Exercise description. Copy, from the data below, each line that has the word "ThreePointArc".

Supplied records: Begin

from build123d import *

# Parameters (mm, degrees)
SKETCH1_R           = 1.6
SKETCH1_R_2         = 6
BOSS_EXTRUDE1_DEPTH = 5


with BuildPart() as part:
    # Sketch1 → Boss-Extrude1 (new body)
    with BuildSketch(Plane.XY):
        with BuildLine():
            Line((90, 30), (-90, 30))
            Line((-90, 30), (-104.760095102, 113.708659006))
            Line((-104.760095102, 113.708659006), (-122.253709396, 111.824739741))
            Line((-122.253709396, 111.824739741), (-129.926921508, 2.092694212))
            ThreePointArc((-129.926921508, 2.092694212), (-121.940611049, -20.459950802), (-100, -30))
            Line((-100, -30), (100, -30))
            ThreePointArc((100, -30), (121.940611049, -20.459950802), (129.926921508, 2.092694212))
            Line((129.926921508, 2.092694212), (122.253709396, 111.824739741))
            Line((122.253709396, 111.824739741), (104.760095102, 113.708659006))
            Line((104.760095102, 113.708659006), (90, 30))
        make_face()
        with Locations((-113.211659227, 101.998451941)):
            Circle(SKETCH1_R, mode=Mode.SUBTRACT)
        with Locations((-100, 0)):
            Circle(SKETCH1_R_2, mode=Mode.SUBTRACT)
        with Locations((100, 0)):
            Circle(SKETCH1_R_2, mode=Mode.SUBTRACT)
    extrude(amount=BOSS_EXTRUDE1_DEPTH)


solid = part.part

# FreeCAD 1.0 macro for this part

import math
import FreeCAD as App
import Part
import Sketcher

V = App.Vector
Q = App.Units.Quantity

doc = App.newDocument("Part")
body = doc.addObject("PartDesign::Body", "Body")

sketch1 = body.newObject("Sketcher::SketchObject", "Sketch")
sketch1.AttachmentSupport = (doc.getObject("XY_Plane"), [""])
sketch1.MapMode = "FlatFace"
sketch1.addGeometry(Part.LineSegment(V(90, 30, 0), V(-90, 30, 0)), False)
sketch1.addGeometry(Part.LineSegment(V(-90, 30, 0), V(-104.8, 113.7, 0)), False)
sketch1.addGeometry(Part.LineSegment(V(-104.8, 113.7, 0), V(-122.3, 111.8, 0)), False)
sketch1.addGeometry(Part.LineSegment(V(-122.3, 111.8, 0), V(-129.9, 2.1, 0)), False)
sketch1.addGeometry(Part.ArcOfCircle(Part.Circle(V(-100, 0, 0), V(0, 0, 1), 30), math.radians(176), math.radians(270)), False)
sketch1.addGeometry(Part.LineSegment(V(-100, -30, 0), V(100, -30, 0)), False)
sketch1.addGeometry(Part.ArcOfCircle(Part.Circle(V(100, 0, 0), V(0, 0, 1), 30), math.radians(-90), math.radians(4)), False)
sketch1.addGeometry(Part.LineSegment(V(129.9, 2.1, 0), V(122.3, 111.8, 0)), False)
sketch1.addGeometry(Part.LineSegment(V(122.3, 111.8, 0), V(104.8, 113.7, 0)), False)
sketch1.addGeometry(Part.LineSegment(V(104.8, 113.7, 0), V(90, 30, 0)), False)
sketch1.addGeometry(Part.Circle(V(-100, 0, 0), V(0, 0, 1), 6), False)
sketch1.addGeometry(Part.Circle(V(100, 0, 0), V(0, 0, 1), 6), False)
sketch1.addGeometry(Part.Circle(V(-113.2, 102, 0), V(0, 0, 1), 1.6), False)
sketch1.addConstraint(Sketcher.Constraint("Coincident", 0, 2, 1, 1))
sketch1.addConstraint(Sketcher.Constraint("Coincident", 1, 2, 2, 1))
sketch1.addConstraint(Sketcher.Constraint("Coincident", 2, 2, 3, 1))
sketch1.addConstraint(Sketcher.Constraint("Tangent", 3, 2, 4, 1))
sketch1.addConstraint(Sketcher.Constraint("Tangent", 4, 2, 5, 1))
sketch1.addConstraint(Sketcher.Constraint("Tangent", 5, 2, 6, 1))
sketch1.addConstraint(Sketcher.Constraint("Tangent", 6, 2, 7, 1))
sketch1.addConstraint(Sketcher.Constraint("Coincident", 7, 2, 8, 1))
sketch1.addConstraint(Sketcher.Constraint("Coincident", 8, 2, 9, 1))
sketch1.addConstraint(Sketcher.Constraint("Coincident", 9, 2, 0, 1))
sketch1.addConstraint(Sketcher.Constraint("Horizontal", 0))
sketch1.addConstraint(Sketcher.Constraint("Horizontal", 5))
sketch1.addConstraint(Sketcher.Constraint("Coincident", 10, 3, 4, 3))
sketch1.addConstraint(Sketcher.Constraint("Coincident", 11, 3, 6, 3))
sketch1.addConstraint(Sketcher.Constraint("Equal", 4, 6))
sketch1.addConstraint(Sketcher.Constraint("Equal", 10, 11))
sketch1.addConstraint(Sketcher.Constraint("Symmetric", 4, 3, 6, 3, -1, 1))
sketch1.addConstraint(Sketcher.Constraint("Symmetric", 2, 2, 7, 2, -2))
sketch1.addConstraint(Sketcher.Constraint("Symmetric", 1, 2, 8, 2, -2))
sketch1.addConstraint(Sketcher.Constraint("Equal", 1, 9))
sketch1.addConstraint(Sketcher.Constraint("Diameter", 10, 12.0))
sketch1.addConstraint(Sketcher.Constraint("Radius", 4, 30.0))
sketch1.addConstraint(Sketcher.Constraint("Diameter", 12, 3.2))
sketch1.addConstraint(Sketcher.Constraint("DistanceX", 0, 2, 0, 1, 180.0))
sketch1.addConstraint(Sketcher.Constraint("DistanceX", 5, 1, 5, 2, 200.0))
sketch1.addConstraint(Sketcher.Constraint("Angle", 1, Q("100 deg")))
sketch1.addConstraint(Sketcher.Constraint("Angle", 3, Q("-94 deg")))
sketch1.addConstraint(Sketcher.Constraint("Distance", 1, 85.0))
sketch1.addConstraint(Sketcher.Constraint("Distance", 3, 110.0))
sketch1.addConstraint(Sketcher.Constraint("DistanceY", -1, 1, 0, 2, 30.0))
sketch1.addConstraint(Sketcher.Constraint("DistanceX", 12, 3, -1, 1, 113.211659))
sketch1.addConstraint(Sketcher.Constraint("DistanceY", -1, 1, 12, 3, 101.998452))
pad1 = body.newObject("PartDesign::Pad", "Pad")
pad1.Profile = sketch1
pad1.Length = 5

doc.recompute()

Supplied records: End

Reply to the exercise.
            ThreePointArc((-129.926921508, 2.092694212), (-121.940611049, -20.459950802), (-100, -30))
            ThreePointArc((100, -30), (121.940611049, -20.459950802), (129.926921508, 2.092694212))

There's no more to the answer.